示談が成立しなかったり、被害額が大きかったりするものの、本人が深く反省している場合などに、この判決が下される可能性があります。
ただし、執行猶予判決でも前科がつきます。前科を防ぐためには事件が起訴されて裁判となる前に不起訴を目指すべきでしょう。
(3)刑務所に入ることになる「実刑判決」
初犯の恐喝事件で、実刑になる可能性は低いです。 ただし、被害額が数百万円と非常に高額だった、手口が極めて悪質で計画的だった、反省の態度が全く見られないなどの特殊な事情があれば、実刑判決も否めません。

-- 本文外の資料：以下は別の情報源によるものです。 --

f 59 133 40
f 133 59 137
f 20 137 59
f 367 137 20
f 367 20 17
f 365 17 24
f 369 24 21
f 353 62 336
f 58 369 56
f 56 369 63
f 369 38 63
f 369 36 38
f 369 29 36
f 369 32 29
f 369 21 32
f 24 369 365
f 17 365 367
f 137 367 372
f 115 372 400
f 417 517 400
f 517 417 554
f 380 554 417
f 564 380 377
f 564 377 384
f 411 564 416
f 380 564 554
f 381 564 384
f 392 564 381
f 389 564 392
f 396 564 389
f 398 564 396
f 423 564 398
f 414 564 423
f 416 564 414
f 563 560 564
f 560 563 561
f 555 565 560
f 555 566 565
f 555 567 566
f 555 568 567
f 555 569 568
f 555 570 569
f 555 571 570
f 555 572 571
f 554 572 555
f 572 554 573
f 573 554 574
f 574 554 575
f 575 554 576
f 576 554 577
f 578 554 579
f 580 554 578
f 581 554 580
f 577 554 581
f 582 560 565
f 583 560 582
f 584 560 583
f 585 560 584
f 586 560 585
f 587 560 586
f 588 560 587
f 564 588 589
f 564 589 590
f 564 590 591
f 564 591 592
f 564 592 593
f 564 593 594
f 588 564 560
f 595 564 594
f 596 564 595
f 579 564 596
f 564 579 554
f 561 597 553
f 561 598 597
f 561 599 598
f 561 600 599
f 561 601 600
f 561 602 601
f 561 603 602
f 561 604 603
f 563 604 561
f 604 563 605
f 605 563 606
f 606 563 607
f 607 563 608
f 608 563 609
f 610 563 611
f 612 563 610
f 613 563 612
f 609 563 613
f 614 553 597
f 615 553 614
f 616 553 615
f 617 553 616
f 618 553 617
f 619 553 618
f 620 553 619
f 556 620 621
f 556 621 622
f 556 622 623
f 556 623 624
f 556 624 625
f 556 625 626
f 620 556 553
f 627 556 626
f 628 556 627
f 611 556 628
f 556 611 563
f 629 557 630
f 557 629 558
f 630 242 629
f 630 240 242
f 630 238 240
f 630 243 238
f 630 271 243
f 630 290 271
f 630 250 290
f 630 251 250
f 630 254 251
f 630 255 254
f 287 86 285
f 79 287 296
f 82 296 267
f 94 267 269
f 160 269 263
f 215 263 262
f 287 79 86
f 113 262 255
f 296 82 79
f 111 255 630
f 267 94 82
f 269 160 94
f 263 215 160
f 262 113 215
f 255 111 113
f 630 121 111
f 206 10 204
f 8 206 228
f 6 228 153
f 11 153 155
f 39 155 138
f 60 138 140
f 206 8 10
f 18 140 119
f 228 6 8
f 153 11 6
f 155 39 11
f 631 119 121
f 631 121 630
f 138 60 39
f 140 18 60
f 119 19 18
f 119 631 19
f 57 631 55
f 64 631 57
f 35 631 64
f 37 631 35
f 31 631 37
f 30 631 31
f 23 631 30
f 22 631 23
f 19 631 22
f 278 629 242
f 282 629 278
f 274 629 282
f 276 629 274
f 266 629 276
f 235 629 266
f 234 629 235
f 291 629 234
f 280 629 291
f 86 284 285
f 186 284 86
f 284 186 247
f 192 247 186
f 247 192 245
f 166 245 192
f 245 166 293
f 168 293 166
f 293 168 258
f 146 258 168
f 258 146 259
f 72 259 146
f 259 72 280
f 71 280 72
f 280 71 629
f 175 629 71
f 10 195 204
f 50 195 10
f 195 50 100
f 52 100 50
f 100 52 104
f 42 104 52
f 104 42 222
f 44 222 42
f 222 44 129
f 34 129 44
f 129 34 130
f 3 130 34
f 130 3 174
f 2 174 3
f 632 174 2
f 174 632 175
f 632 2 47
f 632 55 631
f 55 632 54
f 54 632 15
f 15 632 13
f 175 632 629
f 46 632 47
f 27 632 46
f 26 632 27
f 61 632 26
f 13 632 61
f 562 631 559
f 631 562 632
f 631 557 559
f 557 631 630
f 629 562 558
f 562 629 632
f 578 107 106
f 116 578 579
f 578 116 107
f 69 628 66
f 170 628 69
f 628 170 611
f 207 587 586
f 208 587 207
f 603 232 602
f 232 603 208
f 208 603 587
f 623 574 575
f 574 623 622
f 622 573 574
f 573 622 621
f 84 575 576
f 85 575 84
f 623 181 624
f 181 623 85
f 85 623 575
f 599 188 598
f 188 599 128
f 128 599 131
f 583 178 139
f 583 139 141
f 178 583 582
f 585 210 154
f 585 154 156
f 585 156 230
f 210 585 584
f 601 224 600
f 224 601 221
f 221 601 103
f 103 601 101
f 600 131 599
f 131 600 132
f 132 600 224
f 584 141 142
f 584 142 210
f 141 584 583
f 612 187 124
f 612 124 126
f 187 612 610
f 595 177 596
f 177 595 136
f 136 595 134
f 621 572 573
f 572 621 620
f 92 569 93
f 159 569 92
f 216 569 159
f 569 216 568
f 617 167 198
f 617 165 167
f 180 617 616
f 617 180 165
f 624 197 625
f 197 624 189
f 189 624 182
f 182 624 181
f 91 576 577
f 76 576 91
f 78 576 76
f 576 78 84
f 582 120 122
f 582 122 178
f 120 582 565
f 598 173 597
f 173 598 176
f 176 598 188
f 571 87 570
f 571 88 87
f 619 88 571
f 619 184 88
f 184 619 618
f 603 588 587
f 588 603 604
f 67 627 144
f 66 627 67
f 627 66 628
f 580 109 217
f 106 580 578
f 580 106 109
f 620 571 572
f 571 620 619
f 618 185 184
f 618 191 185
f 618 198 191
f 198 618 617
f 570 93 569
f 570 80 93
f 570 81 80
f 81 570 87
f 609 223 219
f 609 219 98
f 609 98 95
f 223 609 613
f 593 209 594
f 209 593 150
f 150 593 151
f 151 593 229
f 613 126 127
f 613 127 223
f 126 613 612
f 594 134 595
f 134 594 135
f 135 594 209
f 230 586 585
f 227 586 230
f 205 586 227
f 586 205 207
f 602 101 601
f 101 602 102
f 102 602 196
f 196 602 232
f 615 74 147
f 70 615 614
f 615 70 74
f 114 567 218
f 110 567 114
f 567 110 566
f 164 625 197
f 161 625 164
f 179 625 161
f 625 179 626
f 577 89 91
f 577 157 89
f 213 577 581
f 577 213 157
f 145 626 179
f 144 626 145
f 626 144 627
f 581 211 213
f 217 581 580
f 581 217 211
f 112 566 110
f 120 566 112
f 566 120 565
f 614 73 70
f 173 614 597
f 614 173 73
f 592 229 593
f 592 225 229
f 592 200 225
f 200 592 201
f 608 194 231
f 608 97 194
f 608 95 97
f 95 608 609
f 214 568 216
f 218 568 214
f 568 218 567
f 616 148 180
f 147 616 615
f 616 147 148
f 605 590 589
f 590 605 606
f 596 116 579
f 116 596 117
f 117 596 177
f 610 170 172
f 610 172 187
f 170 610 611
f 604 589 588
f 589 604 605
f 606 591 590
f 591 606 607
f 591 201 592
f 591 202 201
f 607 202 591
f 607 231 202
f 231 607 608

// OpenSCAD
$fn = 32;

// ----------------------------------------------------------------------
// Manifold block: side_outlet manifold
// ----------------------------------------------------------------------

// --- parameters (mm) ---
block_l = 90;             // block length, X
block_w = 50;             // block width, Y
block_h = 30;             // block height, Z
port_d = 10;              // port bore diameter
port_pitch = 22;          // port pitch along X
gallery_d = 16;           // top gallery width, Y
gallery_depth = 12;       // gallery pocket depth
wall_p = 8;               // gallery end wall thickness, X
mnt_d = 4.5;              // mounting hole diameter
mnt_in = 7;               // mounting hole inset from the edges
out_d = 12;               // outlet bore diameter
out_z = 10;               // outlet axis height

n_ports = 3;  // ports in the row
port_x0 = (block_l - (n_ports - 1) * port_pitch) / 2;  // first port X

このように、恐喝罪の初犯といっても、事件の態様や対応次第で結果は大きく異なります。日常生活を取り戻すために、穏便な解決を目指すのであれば、何よりも不起訴を勝ち取ることが重要です。
恐喝罪の裁判例
恐喝罪の初犯で執行猶予つきの有罪判決
恐喝罪で執行猶予判決がついた事例
福岡地判平30・3・22(平成30年(わ)35号)
会社経営者である被告人Xと被告人Yが、生コンクリート代金の回収を名目に、反社会的勢力の介入や工事妨害を示唆して約300万円を脅し取った恐喝事件です。
裁判所の判断
「本来の契約関係を逸脱して経済的利益を得るために,被害者に対し,反社会的勢力の介入,強硬手段による工事の妨害などを告げて現金を脅し取ったという事案であるところ,その手段は悪質」
福岡地判平30・3・22(平成30年(わ)35号)
- 被告人両名に執行猶予付き判決
- 被告人Xが市議会議員という公的立場であったことを裁判所は非難
- 被害者側には代金未払いの正当な理由があり、落ち度はないと判断
恐喝罪の初犯で無罪
恐喝罪に問われたが無罪となった事例
神戸地判平16・3・17(平成16年(わ)733号)
ガソリンスタンドでタイヤを破損した被告人Xが、従業員に対して怒鳴りつけながらタイヤ交換費用10万円を請求したことが恐喝未遂にあたるか争われた事例です。
裁判所の判断
「相手方を畏怖させるに足りる害悪の告知というには合理的な疑いが残るといわざるを得ない。」
神戸地判平16・3・17(平成16年(わ)733号)
- 被告人Xが怒って大声を出したり顔を近づけたりした行為について、「害悪の告知」とまでは認められないと判断した
- 現場にいた警察官も単なる営業トラブルと判断した
恐喝罪の初犯で起訴されても、必ず有罪判決になるわけではありません。日本の刑事裁判では99%以上の確率で有罪判決となりますが、上記のように無罪判決となるケースもあるでしょう。
前科あり・恐喝罪で実刑判決
恐喝罪で実刑判決となった事例
東京地判平23・4・12(平成22年(わ)2299号)
野球賭博の証拠を口実に被害者Yから8000万円を脅し取ろうとした恐喝未遂事件で、被告人Xに懲役2年の実刑判決が言い渡された事件です。
裁判所の判断
「高位の現役力士である被害者が違法な賭博行為に関わっていたという弱みにつけ込んだ卑劣な犯行」
東京地判平23・4・12(平成22年(わ)2299号)
- 犯行の態様が巧妙かつ計画的だった
- 被告人が犯行を否認し続け、さらに裁判中に共犯者へ手紙を送って虚偽の証言を促すなど反省の態度が全く見られないことなどを総じて実刑判決
恐喝罪の初犯で実刑判決となる可能性は低いです。ただし、上記の例のように、前科が10年以上前で執行猶予相当の前科であっても、犯行を否認したり、反省の態度が見られなかったりする場合は実刑となるケースもあります。
恐喝罪は逮捕される?逮捕後の流れは?
恐喝罪は逮捕される可能性が高い
2023年、恐喝で逮捕された人数は、1,997人中、1,452人(約72.7%)でした(2023年検察統計「罪名別 既済となった事件の被疑者の逮捕及び逮捕後の措置別人員」より)。 「逮捕」には、逮捕後に、警察で身柄釈放された11人も含まれます。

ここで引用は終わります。